Assistant U.S. Attorney Michael Liebman told a D.C. Superior Court hearing on May 16 that the government considers the incident a hate crime. But a spokesperson for the U.S. Attorney’s office said later that the government has not charged the case as a hate crime and that the case remains under investigation.
Liebman said defendant Pfc. Michael Poth, 20, shouted an anti-gay slur at Lance Cpl. Philip Bushong, 23, and Bushong’s gay friend, whom authorities have not identified.
Liebman told Judge Ronna L. Beck, who presided over a preliminary hearing, that the anti-gay slur came minutes before Poth and Bushong got into a verbal and physical altercation during which Poth allegedly plunged a pocket knife into Bushong’s upper chest, piercing his heart.
Bushong was pronounced dead a short time later at a hospital. D.C. police charged Poth with second-degree murder while armed. Police didn’t initially list the incident as a hate crime.
Liebman did not identify Bushong’s gay male friend, saying only that Poth saw Bushong and the friend hugging on the sidewalk outside Molly Malone’s bar and restaurant on the 700 block of 8th Street, S.E. The bar is located across the street from the Marine barracks at 8th and I Streets, S.E., where Poth had been stationed.
“This was a hate crime,” the Washington Post quoted Liebman as saying at the hearing. “The victim and his friend were embracing outside.”
Friends of Bushong have said he was straight.

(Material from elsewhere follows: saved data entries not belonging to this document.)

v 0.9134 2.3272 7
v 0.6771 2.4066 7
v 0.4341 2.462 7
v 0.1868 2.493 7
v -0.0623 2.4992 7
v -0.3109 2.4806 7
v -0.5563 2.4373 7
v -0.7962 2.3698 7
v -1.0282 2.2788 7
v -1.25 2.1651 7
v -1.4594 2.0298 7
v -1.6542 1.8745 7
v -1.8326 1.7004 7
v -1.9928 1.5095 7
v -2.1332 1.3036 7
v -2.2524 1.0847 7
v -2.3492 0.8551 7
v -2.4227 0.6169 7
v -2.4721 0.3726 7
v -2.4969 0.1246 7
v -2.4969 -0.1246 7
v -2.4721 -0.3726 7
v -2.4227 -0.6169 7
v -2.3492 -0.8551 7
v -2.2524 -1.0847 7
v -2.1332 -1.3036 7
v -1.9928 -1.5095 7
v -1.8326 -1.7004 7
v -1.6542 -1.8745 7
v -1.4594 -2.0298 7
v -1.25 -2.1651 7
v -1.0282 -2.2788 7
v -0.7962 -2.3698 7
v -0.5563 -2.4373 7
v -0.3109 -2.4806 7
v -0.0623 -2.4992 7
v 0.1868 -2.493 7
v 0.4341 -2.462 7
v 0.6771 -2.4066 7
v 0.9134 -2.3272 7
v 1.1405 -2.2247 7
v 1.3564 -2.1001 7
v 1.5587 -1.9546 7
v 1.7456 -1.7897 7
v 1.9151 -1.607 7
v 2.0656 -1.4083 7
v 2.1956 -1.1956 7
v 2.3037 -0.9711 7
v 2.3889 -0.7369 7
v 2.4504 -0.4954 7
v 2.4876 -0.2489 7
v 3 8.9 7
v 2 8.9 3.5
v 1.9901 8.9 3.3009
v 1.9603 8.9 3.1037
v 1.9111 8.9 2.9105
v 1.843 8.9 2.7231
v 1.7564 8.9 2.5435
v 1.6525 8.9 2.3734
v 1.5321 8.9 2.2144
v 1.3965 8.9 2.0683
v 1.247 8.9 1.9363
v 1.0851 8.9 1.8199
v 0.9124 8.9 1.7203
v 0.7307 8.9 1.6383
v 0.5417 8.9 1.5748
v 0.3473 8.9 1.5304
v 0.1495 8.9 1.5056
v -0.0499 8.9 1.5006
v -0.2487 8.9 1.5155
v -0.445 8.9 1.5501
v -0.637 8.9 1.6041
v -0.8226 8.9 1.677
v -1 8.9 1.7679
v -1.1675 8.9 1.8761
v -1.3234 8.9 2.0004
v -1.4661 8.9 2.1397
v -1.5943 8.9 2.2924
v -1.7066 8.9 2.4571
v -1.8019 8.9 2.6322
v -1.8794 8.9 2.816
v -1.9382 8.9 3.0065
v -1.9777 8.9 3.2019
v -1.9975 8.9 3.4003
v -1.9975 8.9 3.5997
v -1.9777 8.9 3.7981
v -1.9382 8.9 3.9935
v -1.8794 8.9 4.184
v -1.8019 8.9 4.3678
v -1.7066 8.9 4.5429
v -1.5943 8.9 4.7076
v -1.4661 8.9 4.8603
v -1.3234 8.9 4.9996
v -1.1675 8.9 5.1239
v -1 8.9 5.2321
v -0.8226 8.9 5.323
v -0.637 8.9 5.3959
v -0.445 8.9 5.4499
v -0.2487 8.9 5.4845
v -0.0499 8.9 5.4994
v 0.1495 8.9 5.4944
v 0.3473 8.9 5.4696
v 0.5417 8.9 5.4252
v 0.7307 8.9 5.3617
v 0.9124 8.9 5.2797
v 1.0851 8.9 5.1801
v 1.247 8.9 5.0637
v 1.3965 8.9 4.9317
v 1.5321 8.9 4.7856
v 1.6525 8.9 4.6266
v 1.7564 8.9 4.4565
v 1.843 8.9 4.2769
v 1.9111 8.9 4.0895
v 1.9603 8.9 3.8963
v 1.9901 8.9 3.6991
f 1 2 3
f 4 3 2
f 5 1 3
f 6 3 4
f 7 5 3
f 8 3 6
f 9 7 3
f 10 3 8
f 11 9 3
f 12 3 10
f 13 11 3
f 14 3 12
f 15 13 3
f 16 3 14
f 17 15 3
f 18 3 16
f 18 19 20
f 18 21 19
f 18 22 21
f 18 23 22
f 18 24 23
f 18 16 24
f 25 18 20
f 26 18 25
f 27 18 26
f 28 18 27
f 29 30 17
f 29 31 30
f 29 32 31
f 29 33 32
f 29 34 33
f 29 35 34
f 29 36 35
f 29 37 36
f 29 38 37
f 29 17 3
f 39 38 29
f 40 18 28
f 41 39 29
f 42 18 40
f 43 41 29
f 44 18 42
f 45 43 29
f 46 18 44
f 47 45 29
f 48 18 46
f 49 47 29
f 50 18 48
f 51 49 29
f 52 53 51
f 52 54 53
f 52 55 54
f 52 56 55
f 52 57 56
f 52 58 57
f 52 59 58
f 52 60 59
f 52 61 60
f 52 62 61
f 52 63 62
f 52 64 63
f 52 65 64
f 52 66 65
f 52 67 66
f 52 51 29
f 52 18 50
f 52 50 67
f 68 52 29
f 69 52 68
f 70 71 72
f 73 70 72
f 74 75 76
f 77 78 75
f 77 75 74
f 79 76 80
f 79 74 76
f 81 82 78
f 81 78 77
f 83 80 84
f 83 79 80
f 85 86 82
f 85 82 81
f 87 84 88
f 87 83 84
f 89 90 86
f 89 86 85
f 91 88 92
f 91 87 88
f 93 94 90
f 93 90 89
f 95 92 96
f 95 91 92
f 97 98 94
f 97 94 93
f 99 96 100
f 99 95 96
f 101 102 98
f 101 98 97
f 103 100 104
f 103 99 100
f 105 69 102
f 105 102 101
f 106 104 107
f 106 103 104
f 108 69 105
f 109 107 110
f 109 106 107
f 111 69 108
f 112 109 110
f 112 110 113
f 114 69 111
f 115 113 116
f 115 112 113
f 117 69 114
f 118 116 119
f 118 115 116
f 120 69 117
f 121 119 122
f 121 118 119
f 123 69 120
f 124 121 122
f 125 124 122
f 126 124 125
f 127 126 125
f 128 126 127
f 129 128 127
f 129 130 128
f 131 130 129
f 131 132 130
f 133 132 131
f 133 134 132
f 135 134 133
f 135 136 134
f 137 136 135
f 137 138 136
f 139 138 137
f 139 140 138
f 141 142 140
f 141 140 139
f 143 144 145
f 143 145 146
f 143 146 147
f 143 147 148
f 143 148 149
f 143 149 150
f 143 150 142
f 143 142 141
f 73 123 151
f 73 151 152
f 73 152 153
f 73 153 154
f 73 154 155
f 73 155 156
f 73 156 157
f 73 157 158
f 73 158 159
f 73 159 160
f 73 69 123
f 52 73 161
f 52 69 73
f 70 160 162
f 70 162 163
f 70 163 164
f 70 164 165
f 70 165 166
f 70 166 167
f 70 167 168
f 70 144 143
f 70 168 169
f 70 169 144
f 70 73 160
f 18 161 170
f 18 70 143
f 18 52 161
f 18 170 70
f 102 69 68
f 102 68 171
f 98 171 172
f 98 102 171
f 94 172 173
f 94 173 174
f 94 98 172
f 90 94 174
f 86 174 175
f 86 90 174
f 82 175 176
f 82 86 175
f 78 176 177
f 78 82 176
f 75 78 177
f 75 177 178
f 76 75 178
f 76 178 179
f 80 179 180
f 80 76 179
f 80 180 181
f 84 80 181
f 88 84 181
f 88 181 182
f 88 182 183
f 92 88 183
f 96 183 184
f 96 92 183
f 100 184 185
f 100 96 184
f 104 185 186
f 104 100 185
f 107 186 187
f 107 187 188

He had been stationed at the Marine Corps base at Camp Lejeune, N.C., and was visiting Washington, where he planned to move, friends and family members said. At the time of his death, Bushong was days away from being discharged honorably after having completed his term of enlistment.
Poth’s attorney, David Benowitz, argued at the hearing that Poth acted in self-defense. He pointed to one of several video surveillance tapes played at the hearing which showed Poth on the ground before getting back on his feet. Benowitz said Poth was on the ground because Bushong hit or pushed him.

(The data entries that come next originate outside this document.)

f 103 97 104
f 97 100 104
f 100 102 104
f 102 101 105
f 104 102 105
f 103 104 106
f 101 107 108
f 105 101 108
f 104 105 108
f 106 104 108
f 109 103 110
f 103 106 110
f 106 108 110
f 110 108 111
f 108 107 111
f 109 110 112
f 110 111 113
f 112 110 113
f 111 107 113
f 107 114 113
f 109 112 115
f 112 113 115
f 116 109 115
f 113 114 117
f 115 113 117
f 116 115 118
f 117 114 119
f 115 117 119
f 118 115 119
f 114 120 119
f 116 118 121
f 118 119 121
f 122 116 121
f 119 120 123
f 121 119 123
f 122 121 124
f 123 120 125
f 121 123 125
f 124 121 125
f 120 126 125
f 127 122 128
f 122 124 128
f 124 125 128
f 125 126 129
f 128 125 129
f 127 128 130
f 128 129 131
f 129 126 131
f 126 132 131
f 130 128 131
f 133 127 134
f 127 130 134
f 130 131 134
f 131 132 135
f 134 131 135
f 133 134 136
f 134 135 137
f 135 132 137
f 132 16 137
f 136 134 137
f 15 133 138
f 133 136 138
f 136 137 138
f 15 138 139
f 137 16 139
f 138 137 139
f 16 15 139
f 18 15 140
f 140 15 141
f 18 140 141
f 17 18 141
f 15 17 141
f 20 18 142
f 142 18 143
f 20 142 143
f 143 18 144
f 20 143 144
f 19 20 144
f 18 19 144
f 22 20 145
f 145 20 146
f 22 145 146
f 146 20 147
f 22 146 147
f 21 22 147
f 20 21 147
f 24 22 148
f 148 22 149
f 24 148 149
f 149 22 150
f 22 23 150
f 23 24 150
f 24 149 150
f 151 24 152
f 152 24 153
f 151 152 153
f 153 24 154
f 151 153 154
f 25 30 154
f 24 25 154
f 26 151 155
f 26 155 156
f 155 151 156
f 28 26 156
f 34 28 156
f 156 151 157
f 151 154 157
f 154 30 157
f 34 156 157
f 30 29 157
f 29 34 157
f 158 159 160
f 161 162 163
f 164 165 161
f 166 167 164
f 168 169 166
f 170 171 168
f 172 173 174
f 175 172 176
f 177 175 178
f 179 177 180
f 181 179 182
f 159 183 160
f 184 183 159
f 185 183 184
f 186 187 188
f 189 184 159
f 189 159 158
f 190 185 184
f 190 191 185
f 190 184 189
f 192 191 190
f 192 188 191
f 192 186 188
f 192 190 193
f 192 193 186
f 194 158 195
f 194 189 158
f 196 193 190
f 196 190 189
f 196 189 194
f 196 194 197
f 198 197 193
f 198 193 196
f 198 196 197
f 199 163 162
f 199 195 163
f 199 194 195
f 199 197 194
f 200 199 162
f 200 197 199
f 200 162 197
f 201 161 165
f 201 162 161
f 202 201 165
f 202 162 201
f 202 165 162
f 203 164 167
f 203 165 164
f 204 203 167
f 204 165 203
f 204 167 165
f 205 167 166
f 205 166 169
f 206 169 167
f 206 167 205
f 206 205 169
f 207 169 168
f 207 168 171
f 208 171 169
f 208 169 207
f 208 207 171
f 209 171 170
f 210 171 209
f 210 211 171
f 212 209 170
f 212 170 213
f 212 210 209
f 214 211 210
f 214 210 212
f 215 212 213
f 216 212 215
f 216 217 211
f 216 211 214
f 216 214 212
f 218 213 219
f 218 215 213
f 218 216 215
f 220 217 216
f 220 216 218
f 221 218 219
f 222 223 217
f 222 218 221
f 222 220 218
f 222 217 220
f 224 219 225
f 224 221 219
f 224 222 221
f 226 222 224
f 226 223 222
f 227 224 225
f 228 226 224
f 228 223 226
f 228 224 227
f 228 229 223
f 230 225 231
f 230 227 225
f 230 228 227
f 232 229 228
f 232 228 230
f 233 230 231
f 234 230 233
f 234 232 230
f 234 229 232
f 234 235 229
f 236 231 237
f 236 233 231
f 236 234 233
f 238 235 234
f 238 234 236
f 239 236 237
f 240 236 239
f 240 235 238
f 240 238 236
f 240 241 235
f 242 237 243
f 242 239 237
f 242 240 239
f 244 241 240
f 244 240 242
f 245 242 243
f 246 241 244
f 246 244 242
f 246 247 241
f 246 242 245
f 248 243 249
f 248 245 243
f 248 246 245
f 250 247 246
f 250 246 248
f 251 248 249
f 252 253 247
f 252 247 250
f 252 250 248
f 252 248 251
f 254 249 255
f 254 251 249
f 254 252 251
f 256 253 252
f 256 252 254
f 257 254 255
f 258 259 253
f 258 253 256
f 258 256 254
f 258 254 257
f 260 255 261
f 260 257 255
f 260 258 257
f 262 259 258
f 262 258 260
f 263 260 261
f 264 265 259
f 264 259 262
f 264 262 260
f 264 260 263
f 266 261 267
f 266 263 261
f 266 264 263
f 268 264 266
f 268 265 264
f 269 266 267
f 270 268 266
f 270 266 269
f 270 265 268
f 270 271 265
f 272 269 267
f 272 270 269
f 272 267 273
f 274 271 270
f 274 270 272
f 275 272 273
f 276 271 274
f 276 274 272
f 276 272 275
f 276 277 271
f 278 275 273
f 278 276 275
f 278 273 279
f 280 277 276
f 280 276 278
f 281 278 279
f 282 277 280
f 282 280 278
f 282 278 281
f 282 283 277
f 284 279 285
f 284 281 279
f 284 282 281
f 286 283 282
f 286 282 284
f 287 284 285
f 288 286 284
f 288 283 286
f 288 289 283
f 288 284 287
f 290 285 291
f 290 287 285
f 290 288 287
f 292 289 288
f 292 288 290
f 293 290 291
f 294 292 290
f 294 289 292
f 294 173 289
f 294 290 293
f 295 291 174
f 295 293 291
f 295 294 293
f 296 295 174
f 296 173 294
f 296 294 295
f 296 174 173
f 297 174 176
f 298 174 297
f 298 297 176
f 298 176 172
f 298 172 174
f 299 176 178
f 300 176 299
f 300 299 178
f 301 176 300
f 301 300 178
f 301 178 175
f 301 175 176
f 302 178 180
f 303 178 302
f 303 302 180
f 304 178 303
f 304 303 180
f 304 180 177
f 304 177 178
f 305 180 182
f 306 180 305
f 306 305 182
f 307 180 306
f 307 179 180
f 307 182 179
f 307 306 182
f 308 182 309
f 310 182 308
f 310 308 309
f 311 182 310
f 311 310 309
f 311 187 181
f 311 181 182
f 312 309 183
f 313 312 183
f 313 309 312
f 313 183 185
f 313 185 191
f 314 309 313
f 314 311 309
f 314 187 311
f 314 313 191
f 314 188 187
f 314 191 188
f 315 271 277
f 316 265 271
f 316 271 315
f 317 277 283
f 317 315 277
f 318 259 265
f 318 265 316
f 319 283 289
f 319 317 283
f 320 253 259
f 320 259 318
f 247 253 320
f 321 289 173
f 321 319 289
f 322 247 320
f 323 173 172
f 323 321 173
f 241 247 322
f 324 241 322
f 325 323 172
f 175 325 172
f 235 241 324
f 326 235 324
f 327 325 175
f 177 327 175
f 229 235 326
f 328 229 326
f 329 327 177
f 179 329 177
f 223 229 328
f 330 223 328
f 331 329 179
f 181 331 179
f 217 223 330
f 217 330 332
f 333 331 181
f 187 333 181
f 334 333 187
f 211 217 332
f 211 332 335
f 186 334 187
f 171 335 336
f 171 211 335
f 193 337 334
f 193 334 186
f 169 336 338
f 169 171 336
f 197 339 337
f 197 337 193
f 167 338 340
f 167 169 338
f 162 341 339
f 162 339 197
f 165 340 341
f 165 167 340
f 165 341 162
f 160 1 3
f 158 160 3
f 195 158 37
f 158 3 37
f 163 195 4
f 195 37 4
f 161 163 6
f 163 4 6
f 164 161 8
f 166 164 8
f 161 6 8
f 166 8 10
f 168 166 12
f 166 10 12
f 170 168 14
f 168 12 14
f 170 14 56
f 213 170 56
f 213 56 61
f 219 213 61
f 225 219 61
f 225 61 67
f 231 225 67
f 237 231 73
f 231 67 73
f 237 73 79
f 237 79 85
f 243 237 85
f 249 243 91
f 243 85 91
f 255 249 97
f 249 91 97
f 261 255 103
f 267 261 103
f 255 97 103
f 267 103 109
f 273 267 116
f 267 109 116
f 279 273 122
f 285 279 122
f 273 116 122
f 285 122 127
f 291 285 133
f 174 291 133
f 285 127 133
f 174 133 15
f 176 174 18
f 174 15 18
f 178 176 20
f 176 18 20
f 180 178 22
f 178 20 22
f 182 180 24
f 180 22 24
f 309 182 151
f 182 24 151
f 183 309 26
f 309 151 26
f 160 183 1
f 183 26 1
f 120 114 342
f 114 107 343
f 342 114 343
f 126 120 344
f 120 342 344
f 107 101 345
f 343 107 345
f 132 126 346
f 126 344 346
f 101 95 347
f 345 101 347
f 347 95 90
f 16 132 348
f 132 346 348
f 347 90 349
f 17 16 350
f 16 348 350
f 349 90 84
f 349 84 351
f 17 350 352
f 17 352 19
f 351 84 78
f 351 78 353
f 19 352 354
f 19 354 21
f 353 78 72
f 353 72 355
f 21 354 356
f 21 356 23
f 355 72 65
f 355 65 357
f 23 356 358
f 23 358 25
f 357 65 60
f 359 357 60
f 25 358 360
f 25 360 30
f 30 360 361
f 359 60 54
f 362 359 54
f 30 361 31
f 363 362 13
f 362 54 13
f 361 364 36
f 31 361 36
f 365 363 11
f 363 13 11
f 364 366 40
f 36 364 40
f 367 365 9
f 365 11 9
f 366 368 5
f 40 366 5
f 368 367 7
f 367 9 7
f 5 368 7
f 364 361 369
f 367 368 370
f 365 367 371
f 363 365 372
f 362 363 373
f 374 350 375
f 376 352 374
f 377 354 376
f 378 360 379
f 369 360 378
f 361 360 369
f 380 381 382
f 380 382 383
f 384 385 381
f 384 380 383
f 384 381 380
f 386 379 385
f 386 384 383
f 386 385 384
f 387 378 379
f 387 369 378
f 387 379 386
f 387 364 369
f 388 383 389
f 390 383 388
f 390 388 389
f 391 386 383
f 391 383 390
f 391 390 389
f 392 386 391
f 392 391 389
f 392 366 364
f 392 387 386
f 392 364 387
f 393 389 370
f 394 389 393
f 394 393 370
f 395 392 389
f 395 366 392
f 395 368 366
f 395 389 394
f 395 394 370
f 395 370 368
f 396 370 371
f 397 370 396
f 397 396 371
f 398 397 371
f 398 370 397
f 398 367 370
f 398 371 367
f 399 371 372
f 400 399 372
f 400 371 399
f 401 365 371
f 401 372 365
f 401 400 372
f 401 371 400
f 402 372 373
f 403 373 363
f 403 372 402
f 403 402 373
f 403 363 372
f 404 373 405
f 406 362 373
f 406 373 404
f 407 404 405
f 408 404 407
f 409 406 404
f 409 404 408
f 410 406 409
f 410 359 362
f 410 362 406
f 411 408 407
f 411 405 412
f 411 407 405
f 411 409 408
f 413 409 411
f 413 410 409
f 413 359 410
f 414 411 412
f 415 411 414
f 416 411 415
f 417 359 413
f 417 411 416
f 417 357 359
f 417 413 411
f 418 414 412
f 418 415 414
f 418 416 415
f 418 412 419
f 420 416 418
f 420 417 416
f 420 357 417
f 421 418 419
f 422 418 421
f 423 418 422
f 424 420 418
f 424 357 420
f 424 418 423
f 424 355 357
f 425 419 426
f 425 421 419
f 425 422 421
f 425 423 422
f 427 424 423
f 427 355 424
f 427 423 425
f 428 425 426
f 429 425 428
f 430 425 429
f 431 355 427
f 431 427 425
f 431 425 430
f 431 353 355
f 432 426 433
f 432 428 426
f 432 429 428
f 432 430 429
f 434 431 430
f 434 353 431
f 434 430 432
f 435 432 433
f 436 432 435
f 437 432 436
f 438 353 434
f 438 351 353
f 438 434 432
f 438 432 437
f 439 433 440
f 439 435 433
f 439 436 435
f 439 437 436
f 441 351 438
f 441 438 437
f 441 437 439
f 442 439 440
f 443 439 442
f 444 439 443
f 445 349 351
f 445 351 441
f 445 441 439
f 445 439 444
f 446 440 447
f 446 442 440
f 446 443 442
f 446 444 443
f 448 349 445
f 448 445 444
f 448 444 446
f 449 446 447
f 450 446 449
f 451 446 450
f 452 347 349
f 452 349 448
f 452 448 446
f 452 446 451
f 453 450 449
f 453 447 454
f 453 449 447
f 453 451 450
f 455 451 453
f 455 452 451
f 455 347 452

Benowitz also noted at the hearing that a witness told police that Bushong was the first to initiate contact with Poth. At the time of his arrest, Poth told D.C. police homicide detectives that Bushong punched him in the face and head and he stabbed Bushong in self-defense.
According to accounts in the Post and the Washington Times, Benowitz argued that the facts in the case didn’t support a second-degree murder charge and that the charged should be reduced to manslaughter.
Court records show that Judge Beck denied the request to lower the charge and ruled that prosecutors established probable cause that Poth committed second-degree murder while armed. She scheduled a felony status hearing for the case on July 13.
Beck’s ruling came after D.C. Police homicide Det. Dwayne Partman testified at the hearing that a witness told police Poth shouted he was “going to stab somebody and cut their lungs out” just after he walked past Molly Malone’s bar. Partman testified that the witness said Poth made that remark while Bushong and his gay male friend along with other people were standing in front of Molly Malone’s, the Post reported.
The Post also reported that two members of the Marines dressed in civilian clothes entered the courtroom before the hearing began and informed the attorneys that the Marines had given Poth an other than honorable discharge based on poor conduct that occurred prior to Bushong’s murder.
Liebman stated at the hearing that Marine Corps officials informed prosecutors that Poth tested positive for using synthetic marijuana and he had “verbally assaulted other soldiers and had to be restrained,” the Post reported.
William Miller, a spokesperson for the U.S. Attorney’s office, said he could not provide further details on the case because it is pending in court and remains under investigation. However, Miller said that at the present time, the U.S. Attorney’s office has not charged the case in court as a hate crime.
Benowitz didn’t immediately respond to a request for comment.